Intel CEO Pat Gelsinger also said the company would announce the locations of two major new European chip fabrication plants by the end of the year. He made the remarks while speaking at Munich’s IAA auto show.

There is speculation about possible production sites. Germany and France are seen as leading contenders while Poland, where Intel also has a presence, also in the picture.

The CEO said the aim was for a “total project of 80 billion euros over the next decade”. He also added the move “would be a catalyst for the semiconductor industry… a catalyst for the entire technology industry.”

Gelsinger told Reuters in April that the company wanted to start producing chips for automakers within six to nine months. The goal, he said, was to help alleviate a shortage that has disrupted vehicle production around the world.

It is unclear whether the latest announcement means Intel will meet that goal.

Viewing automotive industry as producing “computers with tires”

“Cars are becoming computers with tires. You need us and we need you… The aim is to create a centre of innovation in Europe, for Europe,” Gelsinger said.

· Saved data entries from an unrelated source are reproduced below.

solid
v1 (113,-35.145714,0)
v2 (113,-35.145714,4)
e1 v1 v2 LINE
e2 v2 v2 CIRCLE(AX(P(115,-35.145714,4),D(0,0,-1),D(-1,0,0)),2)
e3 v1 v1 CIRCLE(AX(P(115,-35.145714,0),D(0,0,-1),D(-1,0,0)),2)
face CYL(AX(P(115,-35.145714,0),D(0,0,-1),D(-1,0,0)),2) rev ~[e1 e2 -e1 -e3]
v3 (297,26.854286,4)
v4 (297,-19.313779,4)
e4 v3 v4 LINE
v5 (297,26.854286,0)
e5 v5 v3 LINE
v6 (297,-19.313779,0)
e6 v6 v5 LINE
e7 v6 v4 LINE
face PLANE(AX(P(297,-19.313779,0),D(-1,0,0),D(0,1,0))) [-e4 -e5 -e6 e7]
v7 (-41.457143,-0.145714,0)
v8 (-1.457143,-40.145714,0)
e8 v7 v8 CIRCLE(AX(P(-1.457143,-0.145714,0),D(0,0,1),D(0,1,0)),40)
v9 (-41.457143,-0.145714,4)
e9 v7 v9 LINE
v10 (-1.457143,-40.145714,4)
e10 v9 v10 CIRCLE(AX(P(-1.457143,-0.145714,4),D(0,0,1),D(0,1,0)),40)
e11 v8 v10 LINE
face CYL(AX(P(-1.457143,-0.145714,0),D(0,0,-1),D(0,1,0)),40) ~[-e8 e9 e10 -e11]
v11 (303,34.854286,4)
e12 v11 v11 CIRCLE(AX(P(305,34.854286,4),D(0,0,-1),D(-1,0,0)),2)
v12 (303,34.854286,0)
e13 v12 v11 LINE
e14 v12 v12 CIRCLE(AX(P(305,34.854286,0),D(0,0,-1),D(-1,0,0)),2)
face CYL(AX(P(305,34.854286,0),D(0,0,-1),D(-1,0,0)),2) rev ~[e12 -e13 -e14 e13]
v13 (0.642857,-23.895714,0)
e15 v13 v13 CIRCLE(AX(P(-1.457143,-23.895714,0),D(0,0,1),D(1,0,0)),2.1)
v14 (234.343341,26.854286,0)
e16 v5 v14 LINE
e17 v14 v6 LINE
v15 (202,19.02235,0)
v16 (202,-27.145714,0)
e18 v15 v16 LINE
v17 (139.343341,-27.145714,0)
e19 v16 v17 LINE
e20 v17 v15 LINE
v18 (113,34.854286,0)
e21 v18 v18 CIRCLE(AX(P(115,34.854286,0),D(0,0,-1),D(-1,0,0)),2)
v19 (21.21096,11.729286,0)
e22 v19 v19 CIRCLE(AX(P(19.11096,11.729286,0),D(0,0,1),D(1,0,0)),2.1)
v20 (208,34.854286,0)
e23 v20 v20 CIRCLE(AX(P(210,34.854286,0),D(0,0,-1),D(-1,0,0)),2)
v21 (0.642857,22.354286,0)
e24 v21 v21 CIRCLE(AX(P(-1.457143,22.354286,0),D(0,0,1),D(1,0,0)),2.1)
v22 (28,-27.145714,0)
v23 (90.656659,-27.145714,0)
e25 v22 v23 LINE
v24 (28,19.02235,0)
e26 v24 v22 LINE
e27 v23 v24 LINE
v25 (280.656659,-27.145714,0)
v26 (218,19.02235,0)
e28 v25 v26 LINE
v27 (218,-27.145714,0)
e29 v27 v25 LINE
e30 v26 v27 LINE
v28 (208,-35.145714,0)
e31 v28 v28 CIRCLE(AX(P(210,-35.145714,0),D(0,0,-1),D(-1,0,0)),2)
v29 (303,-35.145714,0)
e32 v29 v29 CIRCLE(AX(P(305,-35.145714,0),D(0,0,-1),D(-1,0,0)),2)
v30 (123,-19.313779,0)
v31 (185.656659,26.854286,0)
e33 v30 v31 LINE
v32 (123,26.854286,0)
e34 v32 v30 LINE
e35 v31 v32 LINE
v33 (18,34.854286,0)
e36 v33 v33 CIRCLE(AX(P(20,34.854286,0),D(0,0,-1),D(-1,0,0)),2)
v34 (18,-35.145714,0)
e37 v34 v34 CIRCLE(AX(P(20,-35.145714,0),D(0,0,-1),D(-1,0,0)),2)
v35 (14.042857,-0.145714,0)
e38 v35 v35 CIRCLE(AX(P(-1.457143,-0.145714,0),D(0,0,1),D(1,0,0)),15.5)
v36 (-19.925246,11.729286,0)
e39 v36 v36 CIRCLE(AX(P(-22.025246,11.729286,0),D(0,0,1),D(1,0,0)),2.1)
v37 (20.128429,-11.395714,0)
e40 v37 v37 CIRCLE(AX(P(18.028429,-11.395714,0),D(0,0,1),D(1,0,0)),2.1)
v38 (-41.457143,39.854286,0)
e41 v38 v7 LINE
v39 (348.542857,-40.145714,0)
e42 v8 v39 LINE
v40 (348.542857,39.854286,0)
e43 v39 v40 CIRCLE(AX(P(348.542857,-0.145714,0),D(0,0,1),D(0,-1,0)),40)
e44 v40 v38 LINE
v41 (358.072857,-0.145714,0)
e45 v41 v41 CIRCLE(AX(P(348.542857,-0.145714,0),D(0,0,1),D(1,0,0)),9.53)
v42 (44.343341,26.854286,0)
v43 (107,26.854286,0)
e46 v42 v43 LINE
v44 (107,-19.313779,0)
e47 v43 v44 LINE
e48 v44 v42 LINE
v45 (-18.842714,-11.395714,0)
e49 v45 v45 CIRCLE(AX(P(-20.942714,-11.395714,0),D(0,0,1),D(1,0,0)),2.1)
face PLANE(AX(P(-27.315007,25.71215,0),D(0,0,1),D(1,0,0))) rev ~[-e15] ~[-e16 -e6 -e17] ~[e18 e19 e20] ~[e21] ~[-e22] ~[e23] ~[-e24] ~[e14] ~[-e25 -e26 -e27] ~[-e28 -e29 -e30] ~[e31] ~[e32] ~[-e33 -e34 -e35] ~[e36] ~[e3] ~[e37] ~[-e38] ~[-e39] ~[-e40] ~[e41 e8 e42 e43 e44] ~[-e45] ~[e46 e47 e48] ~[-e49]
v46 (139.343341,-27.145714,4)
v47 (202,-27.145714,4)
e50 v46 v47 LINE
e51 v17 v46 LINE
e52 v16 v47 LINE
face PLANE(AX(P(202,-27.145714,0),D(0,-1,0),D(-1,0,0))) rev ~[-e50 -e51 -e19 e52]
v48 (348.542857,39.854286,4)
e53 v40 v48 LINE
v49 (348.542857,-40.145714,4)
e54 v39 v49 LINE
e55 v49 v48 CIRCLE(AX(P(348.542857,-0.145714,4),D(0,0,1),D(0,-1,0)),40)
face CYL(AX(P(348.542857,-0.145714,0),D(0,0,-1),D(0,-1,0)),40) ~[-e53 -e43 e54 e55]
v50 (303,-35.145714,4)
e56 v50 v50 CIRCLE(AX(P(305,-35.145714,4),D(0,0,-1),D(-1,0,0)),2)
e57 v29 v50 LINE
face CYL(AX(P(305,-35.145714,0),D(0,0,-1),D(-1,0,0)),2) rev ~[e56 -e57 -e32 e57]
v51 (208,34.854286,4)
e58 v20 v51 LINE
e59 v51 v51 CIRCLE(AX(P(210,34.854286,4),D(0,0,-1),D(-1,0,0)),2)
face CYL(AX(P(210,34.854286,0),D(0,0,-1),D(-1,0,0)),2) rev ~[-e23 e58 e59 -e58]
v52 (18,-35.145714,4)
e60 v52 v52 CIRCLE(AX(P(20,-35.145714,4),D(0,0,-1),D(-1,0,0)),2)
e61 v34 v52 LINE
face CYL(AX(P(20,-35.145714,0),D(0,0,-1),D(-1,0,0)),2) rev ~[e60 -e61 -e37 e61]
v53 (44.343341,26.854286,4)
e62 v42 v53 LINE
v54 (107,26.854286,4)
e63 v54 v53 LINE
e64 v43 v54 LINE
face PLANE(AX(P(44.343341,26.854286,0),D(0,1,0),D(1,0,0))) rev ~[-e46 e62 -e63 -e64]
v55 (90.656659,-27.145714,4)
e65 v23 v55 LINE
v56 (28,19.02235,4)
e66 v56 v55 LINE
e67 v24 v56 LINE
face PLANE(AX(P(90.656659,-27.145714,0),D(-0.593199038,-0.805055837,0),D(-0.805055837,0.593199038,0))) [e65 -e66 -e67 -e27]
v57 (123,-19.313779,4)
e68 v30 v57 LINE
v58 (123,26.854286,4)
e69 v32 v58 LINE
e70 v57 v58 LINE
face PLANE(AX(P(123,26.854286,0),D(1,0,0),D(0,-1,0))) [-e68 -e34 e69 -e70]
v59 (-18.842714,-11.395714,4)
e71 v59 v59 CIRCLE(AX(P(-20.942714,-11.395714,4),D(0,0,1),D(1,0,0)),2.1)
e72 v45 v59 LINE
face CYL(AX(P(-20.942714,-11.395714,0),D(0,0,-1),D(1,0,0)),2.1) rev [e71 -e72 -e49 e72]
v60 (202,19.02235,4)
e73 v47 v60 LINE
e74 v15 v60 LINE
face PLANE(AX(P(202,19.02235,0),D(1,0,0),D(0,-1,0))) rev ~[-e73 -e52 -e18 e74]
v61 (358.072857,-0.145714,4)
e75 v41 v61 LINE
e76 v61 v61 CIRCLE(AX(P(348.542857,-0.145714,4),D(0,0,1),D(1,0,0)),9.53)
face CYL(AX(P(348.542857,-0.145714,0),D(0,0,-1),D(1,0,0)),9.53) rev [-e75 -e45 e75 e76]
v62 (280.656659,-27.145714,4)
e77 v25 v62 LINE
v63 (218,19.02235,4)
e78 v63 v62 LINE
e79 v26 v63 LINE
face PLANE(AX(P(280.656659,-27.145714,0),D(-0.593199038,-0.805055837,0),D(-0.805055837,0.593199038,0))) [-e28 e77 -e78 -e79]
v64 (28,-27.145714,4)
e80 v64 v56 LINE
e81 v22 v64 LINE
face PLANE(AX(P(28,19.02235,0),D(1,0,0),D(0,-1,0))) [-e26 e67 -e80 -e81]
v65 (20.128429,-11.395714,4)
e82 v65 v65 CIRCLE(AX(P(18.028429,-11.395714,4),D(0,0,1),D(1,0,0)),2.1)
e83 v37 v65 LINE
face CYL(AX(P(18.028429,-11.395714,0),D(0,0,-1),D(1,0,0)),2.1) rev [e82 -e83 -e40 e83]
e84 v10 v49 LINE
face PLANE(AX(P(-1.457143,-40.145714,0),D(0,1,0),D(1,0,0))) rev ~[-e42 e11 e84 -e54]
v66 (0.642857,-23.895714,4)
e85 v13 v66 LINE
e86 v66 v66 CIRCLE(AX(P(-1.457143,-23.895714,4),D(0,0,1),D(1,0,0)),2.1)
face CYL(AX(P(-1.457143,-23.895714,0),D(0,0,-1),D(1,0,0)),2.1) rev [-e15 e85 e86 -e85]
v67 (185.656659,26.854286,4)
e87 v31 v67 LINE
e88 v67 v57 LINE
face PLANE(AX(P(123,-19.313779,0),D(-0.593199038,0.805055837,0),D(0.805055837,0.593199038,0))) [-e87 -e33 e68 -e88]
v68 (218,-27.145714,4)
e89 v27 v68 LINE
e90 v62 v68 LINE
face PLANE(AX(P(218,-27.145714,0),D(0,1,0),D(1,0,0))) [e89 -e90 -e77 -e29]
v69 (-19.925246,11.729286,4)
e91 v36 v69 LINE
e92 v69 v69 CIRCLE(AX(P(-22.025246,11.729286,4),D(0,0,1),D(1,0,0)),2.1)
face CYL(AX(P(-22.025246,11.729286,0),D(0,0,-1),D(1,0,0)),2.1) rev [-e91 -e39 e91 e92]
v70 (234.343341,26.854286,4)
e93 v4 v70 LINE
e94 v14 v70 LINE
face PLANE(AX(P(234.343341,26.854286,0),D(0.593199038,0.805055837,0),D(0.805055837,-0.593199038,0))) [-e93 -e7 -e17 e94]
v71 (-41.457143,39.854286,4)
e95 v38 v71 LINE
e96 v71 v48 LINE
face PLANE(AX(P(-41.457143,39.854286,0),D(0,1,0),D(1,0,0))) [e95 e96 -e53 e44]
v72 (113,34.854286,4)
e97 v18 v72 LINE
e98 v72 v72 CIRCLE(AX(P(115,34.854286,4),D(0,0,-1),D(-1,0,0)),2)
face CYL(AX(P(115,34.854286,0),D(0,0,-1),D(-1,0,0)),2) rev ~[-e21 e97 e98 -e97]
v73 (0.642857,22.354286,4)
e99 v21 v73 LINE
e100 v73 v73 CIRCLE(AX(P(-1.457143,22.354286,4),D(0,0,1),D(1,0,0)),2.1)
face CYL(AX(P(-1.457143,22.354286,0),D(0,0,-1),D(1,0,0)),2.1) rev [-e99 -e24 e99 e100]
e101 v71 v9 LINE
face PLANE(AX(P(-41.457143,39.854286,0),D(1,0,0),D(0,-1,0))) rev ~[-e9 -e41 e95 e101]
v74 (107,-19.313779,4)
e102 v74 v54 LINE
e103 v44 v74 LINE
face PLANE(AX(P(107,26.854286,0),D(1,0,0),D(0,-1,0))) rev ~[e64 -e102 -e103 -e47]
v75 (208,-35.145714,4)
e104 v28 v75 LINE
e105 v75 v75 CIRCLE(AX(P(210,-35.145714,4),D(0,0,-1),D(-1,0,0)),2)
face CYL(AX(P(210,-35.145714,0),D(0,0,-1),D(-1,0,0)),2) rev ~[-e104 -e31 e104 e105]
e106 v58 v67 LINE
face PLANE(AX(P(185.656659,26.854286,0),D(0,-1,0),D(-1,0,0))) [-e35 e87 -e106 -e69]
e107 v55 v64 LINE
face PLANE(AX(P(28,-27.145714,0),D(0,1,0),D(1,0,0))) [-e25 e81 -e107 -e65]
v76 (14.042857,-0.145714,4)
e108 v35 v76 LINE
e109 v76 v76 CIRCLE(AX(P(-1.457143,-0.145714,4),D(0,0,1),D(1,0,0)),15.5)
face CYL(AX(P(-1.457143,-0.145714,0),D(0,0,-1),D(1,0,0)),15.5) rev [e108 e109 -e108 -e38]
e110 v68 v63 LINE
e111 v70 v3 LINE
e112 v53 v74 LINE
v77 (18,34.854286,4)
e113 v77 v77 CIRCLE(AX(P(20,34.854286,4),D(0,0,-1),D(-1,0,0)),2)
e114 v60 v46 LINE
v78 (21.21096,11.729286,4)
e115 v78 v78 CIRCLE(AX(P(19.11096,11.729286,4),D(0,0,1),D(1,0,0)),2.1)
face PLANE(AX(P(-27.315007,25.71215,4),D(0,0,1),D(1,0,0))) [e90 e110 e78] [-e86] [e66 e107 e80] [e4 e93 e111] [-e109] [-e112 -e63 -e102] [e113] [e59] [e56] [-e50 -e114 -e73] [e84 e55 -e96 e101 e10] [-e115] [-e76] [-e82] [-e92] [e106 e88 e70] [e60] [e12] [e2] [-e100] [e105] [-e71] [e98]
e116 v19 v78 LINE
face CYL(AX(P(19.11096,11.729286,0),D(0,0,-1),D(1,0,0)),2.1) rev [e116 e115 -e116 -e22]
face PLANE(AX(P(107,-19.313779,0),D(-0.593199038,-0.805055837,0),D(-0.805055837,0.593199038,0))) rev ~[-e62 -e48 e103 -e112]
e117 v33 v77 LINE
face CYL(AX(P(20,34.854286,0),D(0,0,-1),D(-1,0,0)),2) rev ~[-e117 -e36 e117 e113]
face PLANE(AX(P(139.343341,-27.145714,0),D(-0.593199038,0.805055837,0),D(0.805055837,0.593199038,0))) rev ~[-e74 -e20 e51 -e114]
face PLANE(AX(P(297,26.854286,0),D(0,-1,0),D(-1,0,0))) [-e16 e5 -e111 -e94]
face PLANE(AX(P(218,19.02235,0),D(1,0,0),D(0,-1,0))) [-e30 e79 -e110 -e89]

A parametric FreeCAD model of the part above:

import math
import FreeCAD as App
import Part
import Sketcher
from FreeCAD import Vector
Q = App.Units.Quantity

doc = App.newDocument("Part")
body = doc.addObject("PartDesign::Body", "Body")

sketch1 = doc.addObject("Sketcher::SketchObject", "Sketch")
body.addObject(sketch1)
sketch1.AttachmentSupport = (doc.XY_Plane, [""])
sketch1.MapMode = "FlatFace"
sketch1.addGeometry(Part.ArcOfCircle(Part.Circle(Vector(-1.5, -0.1, 0), Vector(0, 0, 1), 40), math.radians(90), math.radians(270)), False)
sketch1.addGeometry(Part.LineSegment(Vector(-1.5, -40.1, 0), Vector(348.5, -40.1, 0)), False)
sketch1.addGeometry(Part.ArcOfCircle(Part.Circle(Vector(348.5, -0.1, 0), Vector(0, 0, 1), 40), math.radians(-90), math.radians(90)), False)
sketch1.addGeometry(Part.LineSegment(Vector(348.5, 39.9, 0), Vector(-1.5, 39.9, 0)), False)
sketch1.addGeometry(Part.Circle(Vector(-1.5, -23.9, 0), Vector(0, 0, 1), 2.1), False)
sketch1.addGeometry(Part.Circle(Vector(-20.9, -11.4, 0), Vector(0, 0, 1), 2.1), False)
sketch1.addGeometry(Part.Circle(Vector(18, -11.4, 0), Vector(0, 0, 1), 2.1), False)
sketch1.addGeometry(Part.Circle(Vector(-1.5, -0.1, 0), Vector(0, 0, 1), 15.5), False)
sketch1.addGeometry(Part.Circle(Vector(-22, 11.7, 0), Vector(0, 0, 1), 2.1), False)
sketch1.addGeometry(Part.Circle(Vector(19.1, 11.7, 0), Vector(0, 0, 1), 2.1), False)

The “Intel Foundry Services Accelerator” helps automakers o make chips using “Intel 16” chip manufacturing technology. They will then later move to its “Intel 3” and “Intel 18A” technologies.

Those manufacturing processes would be far more advanced than most of the processes currently used in the automotive industry. Intel said that nearly 100 automakers and key suppliers had expressed support for its programmes. An Intel spokesman declined to confirm whether any had committed to becoming customers.

Gelsinger has been quoted saying Intel wants the EU to commit state aid to Intel’s proposed European investment drive.

Intel views automakers as a key strategic priority. Gelsinger said Tuesday that the company believes chips will make up 20% of the cost of vehicles by 2030,. This represents a five-fold increase from 4% of the cost in 2019.